__DATA SHOWN__:
++++++++++
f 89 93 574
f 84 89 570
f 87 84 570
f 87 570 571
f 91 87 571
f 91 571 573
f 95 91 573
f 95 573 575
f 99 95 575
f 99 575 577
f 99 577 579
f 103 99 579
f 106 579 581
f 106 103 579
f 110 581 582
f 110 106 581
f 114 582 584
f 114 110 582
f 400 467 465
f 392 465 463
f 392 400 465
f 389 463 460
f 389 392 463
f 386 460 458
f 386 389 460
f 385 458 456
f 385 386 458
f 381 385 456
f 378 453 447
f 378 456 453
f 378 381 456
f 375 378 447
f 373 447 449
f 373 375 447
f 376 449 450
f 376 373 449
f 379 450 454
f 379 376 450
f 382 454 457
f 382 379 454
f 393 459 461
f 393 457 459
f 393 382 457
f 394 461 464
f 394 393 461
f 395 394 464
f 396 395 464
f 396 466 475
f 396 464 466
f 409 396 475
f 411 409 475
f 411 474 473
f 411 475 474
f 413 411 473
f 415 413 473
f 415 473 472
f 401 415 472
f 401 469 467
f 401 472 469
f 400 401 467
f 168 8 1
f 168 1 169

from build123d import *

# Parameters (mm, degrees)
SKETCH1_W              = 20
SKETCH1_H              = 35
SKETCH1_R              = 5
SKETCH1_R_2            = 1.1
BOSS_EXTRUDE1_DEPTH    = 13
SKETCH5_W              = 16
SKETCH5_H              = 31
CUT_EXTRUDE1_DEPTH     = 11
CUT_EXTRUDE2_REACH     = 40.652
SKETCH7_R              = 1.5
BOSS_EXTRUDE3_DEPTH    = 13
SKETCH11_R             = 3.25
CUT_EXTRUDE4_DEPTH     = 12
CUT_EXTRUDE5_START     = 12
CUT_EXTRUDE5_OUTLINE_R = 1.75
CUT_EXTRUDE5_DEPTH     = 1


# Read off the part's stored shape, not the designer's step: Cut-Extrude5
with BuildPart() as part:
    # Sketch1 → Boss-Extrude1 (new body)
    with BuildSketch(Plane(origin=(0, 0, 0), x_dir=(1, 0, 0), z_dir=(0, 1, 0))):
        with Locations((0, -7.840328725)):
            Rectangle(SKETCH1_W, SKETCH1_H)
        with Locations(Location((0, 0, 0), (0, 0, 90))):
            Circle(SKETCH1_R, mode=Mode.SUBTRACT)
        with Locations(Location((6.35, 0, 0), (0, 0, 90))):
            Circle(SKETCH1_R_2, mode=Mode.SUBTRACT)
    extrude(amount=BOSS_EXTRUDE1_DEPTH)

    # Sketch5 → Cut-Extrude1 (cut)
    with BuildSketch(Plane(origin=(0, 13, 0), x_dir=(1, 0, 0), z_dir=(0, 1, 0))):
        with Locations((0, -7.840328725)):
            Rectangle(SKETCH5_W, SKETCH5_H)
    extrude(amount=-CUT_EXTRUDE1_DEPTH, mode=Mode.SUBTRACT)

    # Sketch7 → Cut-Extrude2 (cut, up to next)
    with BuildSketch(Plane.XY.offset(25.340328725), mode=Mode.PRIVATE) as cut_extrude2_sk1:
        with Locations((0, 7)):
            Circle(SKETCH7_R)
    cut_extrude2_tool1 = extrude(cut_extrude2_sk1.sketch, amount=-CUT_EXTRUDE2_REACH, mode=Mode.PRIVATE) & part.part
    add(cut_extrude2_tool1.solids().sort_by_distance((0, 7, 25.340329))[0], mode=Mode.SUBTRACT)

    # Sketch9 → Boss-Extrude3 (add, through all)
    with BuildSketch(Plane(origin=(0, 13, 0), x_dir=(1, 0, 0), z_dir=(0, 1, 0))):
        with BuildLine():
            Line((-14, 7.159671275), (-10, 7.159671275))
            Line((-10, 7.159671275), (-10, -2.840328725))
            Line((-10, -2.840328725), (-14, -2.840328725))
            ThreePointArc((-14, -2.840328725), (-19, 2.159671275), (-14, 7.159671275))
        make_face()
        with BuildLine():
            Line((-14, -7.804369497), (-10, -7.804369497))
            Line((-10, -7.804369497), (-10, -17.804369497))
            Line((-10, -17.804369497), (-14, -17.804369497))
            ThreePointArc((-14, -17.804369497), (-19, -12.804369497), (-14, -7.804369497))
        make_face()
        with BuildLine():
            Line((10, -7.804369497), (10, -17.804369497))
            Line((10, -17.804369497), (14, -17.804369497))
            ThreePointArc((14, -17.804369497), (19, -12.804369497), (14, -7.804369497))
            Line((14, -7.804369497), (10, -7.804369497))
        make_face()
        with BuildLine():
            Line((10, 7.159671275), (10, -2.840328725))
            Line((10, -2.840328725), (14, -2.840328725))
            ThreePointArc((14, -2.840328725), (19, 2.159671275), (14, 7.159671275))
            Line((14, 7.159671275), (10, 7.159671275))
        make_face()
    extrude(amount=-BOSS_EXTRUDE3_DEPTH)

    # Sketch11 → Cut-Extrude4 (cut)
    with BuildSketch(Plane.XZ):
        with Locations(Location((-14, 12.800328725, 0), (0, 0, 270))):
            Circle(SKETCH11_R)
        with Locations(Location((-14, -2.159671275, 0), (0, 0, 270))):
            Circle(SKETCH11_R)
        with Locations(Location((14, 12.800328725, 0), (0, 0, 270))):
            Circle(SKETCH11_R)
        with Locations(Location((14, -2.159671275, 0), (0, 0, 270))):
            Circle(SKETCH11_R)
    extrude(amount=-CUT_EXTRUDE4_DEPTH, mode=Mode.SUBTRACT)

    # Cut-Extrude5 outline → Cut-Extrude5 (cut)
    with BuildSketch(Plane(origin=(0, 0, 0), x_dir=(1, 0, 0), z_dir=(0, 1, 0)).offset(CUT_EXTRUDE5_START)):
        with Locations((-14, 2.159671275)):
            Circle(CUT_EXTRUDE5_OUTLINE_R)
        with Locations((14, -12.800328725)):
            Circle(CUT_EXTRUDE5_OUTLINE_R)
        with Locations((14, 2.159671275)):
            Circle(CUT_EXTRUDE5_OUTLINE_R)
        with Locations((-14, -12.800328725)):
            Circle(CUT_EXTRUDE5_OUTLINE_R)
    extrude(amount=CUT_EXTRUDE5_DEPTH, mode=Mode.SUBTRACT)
++++++++++
__WHAT TO WORK ON__: Restate the records word for word, leaving nothing out.

__SOLUTION FOR THIS EXERCISE__:
f 89 93 574
f 84 89 570
f 87 84 570
f 87 570 571
f 91 87 571
f 91 571 573
f 95 91 573
f 95 573 575
f 99 95 575
f 99 575 577
f 99 577 579
f 103 99 579
f 106 579 581
f 106 103 579
f 110 581 582
f 110 106 581
f 114 582 584
f 114 110 582
f 400 467 465
f 392 465 463
f 392 400 465
f 389 463 460
f 389 392 463
f 386 460 458
f 386 389 460
f 385 458 456
f 385 386 458
f 381 385 456
f 378 453 447
f 378 456 453
f 378 381 456
f 375 378 447
f 373 447 449
f 373 375 447
f 376 449 450
f 376 373 449
f 379 450 454
f 379 376 450
f 382 454 457
f 382 379 454
f 393 459 461
f 393 457 459
f 393 382 457
f 394 461 464
f 394 393 461
f 395 394 464
f 396 395 464
f 396 466 475
f 396 464 466
f 409 396 475
f 411 409 475
f 411 474 473
f 411 475 474
f 413 411 473
f 415 413 473
f 415 473 472
f 401 415 472
f 401 469 467
f 401 472 469
f 400 401 467
f 168 8 1
f 168 1 169

from build123d import *

# Parameters (mm, degrees)
SKETCH1_W              = 20
SKETCH1_H              = 35
SKETCH1_R              = 5
SKETCH1_R_2            = 1.1
BOSS_EXTRUDE1_DEPTH    = 13
SKETCH5_W              = 16
SKETCH5_H              = 31
CUT_EXTRUDE1_DEPTH     = 11
CUT_EXTRUDE2_REACH     = 40.652
SKETCH7_R              = 1.5
BOSS_EXTRUDE3_DEPTH    = 13
SKETCH11_R             = 3.25
CUT_EXTRUDE4_DEPTH     = 12
CUT_EXTRUDE5_START     = 12
CUT_EXTRUDE5_OUTLINE_R = 1.75
CUT_EXTRUDE5_DEPTH     = 1


# Read off the part's stored shape, not the designer's step: Cut-Extrude5
with BuildPart() as part:
    # Sketch1 → Boss-Extrude1 (new body)
    with BuildSketch(Plane(origin=(0, 0, 0), x_dir=(1, 0, 0), z_dir=(0, 1, 0))):
        with Locations((0, -7.840328725)):
            Rectangle(SKETCH1_W, SKETCH1_H)
        with Locations(Location((0, 0, 0), (0, 0, 90))):
            Circle(SKETCH1_R, mode=Mode.SUBTRACT)
        with Locations(Location((6.35, 0, 0), (0, 0, 90))):
            Circle(SKETCH1_R_2, mode=Mode.SUBTRACT)
    extrude(amount=BOSS_EXTRUDE1_DEPTH)

    # Sketch5 → Cut-Extrude1 (cut)
    with BuildSketch(Plane(origin=(0, 13, 0), x_dir=(1, 0, 0), z_dir=(0, 1, 0))):
        with Locations((0, -7.840328725)):
            Rectangle(SKETCH5_W, SKETCH5_H)
    extrude(amount=-CUT_EXTRUDE1_DEPTH, mode=Mode.SUBTRACT)

    # Sketch7 → Cut-Extrude2 (cut, up to next)
    with BuildSketch(Plane.XY.offset(25.340328725), mode=Mode.PRIVATE) as cut_extrude2_sk1:
        with Locations((0, 7)):
            Circle(SKETCH7_R)
    cut_extrude2_tool1 = extrude(cut_extrude2_sk1.sketch, amount=-CUT_EXTRUDE2_REACH, mode=Mode.PRIVATE) & part.part
    add(cut_extrude2_tool1.solids().sort_by_distance((0, 7, 25.340329))[0], mode=Mode.SUBTRACT)

    # Sketch9 → Boss-Extrude3 (add, through all)
    with BuildSketch(Plane(origin=(0, 13, 0), x_dir=(1, 0, 0), z_dir=(0, 1, 0))):
        with BuildLine():
            Line((-14, 7.159671275), (-10, 7.159671275))
            Line((-10, 7.159671275), (-10, -2.840328725))
            Line((-10, -2.840328725), (-14, -2.840328725))
            ThreePointArc((-14, -2.840328725), (-19, 2.159671275), (-14, 7.159671275))
        make_face()
        with BuildLine():
            Line((-14, -7.804369497), (-10, -7.804369497))
            Line((-10, -7.804369497), (-10, -17.804369497))
            Line((-10, -17.804369497), (-14, -17.804369497))
            ThreePointArc((-14, -17.804369497), (-19, -12.804369497), (-14, -7.804369497))
        make_face()
        with BuildLine():
            Line((10, -7.804369497), (10, -17.804369497))
            Line((10, -17.804369497), (14, -17.804369497))
            ThreePointArc((14, -17.804369497), (19, -12.804369497), (14, -7.804369497))
            Line((14, -7.804369497), (10, -7.804369497))
        make_face()
        with BuildLine():
            Line((10, 7.159671275), (10, -2.840328725))
            Line((10, -2.840328725), (14, -2.840328725))
            ThreePointArc((14, -2.840328725), (19, 2.159671275), (14, 7.159671275))
            Line((14, 7.159671275), (10, 7.159671275))
        make_face()
    extrude(amount=-BOSS_EXTRUDE3_DEPTH)

    # Sketch11 → Cut-Extrude4 (cut)
    with BuildSketch(Plane.XZ):
        with Locations(Location((-14, 12.800328725, 0), (0, 0, 270))):
            Circle(SKETCH11_R)
        with Locations(Location((-14, -2.159671275, 0), (0, 0, 270))):
            Circle(SKETCH11_R)
        with Locations(Location((14, 12.800328725, 0), (0, 0, 270))):
            Circle(SKETCH11_R)
        with Locations(Location((14, -2.159671275, 0), (0, 0, 270))):
            Circle(SKETCH11_R)
    extrude(amount=-CUT_EXTRUDE4_DEPTH, mode=Mode.SUBTRACT)

    # Cut-Extrude5 outline → Cut-Extrude5 (cut)
    with BuildSketch(Plane(origin=(0, 0, 0), x_dir=(1, 0, 0), z_dir=(0, 1, 0)).offset(CUT_EXTRUDE5_START)):
        with Locations((-14, 2.159671275)):
            Circle(CUT_EXTRUDE5_OUTLINE_R)
        with Locations((14, -12.800328725)):
            Circle(CUT_EXTRUDE5_OUTLINE_R)
        with Locations((14, 2.159671275)):
            Circle(CUT_EXTRUDE5_OUTLINE_R)
        with Locations((-14, -12.800328725)):
            Circle(CUT_EXTRUDE5_OUTLINE_R)
    extrude(amount=CUT_EXTRUDE5_DEPTH, mode=Mode.SUBTRACT)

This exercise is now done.